§ TASK GOAL: Only the lines from the start of the data through the one containing "extrude(amount=BOSS_EXTRUDE2_DEPTH)" belong in your answer; return them exactly.

§ PROVIDED RECORDS:
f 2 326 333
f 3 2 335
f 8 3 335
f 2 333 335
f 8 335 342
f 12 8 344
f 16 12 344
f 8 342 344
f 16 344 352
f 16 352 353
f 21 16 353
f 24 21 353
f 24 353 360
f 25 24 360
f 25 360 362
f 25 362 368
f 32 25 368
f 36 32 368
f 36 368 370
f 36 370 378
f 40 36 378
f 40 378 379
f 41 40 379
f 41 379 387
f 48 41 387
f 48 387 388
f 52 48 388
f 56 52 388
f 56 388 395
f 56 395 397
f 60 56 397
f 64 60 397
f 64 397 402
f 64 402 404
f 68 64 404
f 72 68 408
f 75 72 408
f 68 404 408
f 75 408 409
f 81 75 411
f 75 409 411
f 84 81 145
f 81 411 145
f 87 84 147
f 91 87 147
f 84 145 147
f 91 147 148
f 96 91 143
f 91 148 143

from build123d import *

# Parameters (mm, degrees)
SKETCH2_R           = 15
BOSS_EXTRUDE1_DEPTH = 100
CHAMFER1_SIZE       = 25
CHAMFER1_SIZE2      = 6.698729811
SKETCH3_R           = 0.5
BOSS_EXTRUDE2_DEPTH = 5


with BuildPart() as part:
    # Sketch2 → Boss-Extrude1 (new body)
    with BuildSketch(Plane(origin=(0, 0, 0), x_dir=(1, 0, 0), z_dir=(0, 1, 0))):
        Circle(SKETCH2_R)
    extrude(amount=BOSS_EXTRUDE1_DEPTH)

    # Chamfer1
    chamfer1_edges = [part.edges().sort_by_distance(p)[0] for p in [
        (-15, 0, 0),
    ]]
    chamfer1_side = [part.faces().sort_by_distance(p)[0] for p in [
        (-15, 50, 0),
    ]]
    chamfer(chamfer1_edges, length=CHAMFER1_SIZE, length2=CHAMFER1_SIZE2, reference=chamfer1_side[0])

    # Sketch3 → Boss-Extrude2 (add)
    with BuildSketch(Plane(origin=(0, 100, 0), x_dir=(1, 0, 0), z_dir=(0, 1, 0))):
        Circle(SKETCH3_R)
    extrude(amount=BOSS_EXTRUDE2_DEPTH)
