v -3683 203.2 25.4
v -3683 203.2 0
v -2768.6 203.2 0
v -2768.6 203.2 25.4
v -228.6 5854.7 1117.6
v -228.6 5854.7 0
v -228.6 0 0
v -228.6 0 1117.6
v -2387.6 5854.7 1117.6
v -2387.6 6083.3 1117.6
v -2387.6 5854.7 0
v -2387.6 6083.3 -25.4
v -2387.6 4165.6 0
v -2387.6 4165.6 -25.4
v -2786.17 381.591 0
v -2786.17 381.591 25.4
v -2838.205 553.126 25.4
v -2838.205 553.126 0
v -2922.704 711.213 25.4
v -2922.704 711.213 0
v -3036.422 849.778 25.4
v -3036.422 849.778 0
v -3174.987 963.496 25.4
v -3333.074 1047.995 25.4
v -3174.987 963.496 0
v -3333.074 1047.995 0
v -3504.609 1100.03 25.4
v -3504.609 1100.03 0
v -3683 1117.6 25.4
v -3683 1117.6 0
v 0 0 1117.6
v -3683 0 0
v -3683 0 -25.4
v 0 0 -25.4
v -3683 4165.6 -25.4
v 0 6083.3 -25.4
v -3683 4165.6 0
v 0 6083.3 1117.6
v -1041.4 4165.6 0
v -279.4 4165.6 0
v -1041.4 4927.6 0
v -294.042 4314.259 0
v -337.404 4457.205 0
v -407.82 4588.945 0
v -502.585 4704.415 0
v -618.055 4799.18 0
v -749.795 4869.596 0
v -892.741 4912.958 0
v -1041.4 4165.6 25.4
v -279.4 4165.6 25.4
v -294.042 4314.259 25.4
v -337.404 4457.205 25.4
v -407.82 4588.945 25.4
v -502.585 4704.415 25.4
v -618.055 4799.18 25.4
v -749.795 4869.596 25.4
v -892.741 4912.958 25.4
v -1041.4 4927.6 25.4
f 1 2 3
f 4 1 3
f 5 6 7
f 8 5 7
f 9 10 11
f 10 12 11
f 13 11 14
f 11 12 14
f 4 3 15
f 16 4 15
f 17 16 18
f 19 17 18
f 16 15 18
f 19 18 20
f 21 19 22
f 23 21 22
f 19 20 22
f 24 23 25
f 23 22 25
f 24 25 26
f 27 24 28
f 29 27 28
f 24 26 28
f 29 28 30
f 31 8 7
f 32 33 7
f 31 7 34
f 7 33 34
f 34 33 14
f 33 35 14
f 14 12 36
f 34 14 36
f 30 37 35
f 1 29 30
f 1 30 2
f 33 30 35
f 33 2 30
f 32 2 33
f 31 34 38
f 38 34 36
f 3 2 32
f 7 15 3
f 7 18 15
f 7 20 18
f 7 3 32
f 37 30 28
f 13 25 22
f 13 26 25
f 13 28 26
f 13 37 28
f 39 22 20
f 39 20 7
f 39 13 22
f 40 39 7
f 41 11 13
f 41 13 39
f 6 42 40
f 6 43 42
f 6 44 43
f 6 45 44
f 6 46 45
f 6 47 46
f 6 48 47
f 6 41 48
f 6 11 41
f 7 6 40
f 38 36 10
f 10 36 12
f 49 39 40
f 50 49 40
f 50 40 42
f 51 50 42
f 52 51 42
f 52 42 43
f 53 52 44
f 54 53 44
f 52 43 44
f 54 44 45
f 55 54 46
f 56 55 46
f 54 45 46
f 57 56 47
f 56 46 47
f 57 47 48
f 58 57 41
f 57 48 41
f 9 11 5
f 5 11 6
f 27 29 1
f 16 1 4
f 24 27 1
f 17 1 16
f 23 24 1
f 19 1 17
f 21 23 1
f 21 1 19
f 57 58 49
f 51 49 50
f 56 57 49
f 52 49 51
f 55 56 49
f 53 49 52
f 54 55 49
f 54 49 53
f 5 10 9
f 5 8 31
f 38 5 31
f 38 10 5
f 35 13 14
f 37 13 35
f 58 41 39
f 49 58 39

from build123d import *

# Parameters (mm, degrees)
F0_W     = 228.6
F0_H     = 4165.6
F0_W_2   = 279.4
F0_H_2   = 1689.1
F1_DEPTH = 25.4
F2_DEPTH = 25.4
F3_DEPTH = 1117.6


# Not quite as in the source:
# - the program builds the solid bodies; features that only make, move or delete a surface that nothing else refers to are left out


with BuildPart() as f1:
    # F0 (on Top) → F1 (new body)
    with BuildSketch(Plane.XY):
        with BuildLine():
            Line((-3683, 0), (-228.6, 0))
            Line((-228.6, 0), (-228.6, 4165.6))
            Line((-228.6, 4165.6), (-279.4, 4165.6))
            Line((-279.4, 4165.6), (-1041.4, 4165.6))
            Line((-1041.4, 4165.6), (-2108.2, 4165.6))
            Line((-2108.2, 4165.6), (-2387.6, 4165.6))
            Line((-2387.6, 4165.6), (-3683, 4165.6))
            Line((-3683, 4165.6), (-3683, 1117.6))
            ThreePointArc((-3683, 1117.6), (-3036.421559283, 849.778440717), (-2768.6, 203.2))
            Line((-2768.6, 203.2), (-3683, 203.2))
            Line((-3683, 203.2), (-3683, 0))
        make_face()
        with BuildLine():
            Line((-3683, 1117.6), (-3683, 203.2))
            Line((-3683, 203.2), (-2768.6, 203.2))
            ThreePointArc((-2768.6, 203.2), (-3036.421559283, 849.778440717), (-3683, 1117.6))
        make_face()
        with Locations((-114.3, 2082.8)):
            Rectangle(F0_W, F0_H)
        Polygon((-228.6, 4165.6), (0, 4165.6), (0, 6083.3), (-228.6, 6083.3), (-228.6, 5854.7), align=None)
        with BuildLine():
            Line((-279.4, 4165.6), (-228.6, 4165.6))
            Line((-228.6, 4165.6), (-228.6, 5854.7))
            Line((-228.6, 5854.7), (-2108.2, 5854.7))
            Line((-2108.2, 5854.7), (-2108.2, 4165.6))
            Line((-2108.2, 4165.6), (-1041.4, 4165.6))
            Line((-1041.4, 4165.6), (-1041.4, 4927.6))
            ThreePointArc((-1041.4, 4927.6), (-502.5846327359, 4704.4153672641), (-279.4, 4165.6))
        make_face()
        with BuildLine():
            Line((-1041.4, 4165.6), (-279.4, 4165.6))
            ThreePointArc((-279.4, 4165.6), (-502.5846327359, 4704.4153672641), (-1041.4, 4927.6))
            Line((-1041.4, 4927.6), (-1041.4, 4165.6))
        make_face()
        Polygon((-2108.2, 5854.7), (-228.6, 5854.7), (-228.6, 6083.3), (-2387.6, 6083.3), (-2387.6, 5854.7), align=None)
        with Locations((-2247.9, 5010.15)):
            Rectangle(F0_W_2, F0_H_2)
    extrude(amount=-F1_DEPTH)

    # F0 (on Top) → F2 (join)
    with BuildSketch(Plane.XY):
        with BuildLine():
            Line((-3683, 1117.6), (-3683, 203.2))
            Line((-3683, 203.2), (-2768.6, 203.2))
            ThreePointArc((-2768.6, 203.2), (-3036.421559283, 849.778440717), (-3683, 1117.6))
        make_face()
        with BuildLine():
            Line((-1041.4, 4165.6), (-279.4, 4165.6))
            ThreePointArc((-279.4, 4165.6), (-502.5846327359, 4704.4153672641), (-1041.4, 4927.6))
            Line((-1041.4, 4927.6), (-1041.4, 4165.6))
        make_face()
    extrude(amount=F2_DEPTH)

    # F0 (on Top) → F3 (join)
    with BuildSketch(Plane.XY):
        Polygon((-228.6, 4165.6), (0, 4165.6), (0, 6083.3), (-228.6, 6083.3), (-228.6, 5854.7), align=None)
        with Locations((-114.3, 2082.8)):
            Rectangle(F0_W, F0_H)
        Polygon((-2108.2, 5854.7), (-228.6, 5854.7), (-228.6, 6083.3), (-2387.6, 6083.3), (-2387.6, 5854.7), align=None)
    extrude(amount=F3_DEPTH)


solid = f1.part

§ RESPONSE TO THE EXERCISE:
f 2 326 333
f 3 2 335
f 8 3 335
f 2 333 335
f 8 335 342
f 12 8 344
f 16 12 344
f 8 342 344
f 16 344 352
f 16 352 353
f 21 16 353
f 24 21 353
f 24 353 360
f 25 24 360
f 25 360 362
f 25 362 368
f 32 25 368
f 36 32 368
f 36 368 370
f 36 370 378
f 40 36 378
f 40 378 379
f 41 40 379
f 41 379 387
f 48 41 387
f 48 387 388
f 52 48 388
f 56 52 388
f 56 388 395
f 56 395 397
f 60 56 397
f 64 60 397
f 64 397 402
f 64 402 404
f 68 64 404
f 72 68 408
f 75 72 408
f 68 404 408
f 75 408 409
f 81 75 411
f 75 409 411
f 84 81 145
f 81 411 145
f 87 84 147
f 91 87 147
f 84 145 147
f 91 147 148
f 96 91 143
f 91 148 143

from build123d import *

# Parameters (mm, degrees)
SKETCH2_R           = 15
BOSS_EXTRUDE1_DEPTH = 100
CHAMFER1_SIZE       = 25
CHAMFER1_SIZE2      = 6.698729811
SKETCH3_R           = 0.5
BOSS_EXTRUDE2_DEPTH = 5


with BuildPart() as part:
    # Sketch2 → Boss-Extrude1 (new body)
    with BuildSketch(Plane(origin=(0, 0, 0), x_dir=(1, 0, 0), z_dir=(0, 1, 0))):
        Circle(SKETCH2_R)
    extrude(amount=BOSS_EXTRUDE1_DEPTH)

    # Chamfer1
    chamfer1_edges = [part.edges().sort_by_distance(p)[0] for p in [
        (-15, 0, 0),
    ]]
    chamfer1_side = [part.faces().sort_by_distance(p)[0] for p in [
        (-15, 50, 0),
    ]]
    chamfer(chamfer1_edges, length=CHAMFER1_SIZE, length2=CHAMFER1_SIZE2, reference=chamfer1_side[0])

    # Sketch3 → Boss-Extrude2 (add)
    with BuildSketch(Plane(origin=(0, 100, 0), x_dir=(1, 0, 0), z_dir=(0, 1, 0))):
        Circle(SKETCH3_R)
    extrude(amount=BOSS_EXTRUDE2_DEPTH)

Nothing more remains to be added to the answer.